Some of the dances were compellingly lovely and strange. The opening featured Cristina Tziouras and Maria Lujan Minguez, in old-fashioned black lingerie, suspended high above the stage, twisting around each other and linking legs in an upside down dance. In the wrenching Piazzolla song Solo, Lucas Coria swung from a cable attached to one arm, his whirling circles and sudden drops echoing the desperation of the music. When tiny blonde Viviana Finkelstein hung suspended in the air, arching and flipping amidst clouds of dry ice, she seemed a kind of fantasy. Later, she hung above partner Mauro Dann, both bare-chested, skin gleaming in moody lighting, as they performed a dreamlike and intensely sensual duet. Juan Manuel Iglesias dances with a suspended Maria Lujan Minguez in a traditional tango, swinging her into ever greater arcs in the air or down to the floor to increase the dance’s drama. There’s a stirring sequence for three couples, with the women spinning through the air around their partners.

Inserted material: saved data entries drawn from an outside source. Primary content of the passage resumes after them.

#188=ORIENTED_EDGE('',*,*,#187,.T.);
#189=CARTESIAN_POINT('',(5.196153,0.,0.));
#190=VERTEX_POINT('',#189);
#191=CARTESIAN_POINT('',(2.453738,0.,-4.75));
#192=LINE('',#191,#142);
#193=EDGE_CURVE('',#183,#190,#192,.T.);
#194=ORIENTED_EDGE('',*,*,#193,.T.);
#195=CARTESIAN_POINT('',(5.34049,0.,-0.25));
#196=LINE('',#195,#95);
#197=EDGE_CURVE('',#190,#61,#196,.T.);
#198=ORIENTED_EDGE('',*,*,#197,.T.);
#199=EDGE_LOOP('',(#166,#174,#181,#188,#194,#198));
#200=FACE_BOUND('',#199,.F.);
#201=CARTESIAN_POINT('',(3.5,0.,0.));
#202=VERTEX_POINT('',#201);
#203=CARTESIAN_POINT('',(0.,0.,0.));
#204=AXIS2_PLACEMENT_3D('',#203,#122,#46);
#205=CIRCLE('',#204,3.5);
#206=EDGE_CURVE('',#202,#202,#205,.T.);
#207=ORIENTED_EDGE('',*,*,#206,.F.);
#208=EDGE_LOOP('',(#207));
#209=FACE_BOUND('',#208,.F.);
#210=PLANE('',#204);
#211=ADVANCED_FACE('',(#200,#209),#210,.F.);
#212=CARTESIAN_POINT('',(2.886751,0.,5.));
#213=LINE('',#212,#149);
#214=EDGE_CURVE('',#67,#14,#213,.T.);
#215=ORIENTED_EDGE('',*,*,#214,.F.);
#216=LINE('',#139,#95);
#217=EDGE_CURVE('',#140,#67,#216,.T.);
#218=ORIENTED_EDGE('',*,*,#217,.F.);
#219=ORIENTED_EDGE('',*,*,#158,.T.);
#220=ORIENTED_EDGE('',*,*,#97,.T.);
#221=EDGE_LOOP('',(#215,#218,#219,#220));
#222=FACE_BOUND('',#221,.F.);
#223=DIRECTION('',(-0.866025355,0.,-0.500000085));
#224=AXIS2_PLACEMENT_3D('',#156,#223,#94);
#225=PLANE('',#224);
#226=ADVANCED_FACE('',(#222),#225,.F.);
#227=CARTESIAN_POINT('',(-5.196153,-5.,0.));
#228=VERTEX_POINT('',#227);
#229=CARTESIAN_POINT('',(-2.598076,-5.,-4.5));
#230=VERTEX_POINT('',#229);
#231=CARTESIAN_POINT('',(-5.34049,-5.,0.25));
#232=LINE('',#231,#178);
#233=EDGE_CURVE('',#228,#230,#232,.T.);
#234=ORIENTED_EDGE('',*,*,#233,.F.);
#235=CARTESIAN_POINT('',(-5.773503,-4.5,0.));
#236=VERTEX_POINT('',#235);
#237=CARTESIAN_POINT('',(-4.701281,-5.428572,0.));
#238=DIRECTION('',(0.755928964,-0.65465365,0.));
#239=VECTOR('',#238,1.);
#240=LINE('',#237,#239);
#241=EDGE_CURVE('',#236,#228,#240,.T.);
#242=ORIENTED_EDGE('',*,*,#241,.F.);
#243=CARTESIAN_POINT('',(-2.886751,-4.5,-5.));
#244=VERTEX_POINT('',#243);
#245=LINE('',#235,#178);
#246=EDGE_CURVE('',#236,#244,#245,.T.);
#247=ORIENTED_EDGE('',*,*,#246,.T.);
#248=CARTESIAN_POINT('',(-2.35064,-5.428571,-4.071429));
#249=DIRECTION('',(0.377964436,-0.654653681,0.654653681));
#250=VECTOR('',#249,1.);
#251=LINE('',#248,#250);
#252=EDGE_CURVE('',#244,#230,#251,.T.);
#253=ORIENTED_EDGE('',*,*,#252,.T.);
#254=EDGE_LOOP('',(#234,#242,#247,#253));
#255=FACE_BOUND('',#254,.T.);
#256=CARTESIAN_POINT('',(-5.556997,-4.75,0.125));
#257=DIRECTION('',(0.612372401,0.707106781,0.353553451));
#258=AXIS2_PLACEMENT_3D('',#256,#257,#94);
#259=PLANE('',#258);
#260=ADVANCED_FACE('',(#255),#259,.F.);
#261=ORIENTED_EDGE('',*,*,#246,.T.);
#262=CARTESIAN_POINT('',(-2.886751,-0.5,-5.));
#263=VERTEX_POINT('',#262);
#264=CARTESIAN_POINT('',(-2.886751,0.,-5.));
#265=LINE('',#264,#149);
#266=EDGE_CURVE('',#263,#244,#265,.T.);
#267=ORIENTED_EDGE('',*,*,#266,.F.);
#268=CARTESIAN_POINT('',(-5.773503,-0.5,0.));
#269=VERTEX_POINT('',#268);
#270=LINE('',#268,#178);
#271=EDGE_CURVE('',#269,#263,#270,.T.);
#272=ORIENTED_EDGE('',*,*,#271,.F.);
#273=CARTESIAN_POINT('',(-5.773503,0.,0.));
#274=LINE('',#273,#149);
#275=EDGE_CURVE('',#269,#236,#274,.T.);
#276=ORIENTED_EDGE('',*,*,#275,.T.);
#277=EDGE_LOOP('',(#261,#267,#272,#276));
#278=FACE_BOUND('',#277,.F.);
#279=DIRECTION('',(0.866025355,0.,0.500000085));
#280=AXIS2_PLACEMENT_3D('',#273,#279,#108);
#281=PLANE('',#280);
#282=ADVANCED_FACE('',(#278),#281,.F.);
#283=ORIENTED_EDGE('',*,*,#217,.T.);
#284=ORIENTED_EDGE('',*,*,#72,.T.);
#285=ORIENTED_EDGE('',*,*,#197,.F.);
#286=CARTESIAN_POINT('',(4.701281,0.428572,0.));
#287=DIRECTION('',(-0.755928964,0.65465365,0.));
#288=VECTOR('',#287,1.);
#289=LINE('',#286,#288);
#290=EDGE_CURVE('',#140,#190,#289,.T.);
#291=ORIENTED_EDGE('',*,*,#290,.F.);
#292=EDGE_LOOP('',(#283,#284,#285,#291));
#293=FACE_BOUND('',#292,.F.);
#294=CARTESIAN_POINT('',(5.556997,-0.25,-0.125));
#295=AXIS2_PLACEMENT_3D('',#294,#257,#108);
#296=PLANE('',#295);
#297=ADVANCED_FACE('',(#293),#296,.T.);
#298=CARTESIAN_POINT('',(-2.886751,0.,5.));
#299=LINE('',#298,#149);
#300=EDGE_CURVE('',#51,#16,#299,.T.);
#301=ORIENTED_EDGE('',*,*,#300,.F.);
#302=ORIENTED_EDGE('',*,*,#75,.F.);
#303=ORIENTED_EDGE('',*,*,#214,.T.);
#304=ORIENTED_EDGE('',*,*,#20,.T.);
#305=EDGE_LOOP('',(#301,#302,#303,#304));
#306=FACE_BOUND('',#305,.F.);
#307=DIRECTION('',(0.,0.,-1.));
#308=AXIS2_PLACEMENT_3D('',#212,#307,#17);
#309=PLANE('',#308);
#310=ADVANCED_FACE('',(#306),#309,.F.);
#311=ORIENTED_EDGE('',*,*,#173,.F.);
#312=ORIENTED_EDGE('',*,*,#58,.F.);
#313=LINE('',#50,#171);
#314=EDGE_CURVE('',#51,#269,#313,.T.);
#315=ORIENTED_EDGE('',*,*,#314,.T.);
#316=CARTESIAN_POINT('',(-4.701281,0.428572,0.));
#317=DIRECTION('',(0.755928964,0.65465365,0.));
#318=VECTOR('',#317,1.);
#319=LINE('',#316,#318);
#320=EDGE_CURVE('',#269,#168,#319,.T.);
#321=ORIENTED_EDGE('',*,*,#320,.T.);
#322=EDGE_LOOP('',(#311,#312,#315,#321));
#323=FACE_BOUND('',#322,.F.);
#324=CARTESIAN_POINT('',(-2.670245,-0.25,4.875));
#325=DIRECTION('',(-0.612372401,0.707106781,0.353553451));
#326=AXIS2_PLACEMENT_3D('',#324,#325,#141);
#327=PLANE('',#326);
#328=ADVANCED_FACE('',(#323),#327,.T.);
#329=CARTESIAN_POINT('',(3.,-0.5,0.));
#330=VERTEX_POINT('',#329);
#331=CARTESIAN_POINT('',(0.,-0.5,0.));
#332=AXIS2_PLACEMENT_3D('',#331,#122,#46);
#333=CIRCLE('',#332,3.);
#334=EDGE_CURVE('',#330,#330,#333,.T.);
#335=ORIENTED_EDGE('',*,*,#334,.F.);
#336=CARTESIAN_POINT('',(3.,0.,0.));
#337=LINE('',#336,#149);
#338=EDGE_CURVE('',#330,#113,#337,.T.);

But the qualities that make tango so exciting – the physical tension of its sharp lifts and kicks, the dramatic tension between partners, the way the back and forth physical tension is a metaphor for attraction and repulsion – mostly disappear when the dancers keep sailing into the air. While that can be thrilling, after a while the swinging becomes monotonous. And the ways in which the aerial moves increase tango’s emotional drama also seem repetitive after a while. The more purely aerial sequences, like a cute bit where we see just the legs of a man and two women flirtatiously kicking above the stage, or a quartet forming slow, interlocking patterns against a back wall, feel visually and physically limited. 8cho is a pleasant, but not a riveting, dream.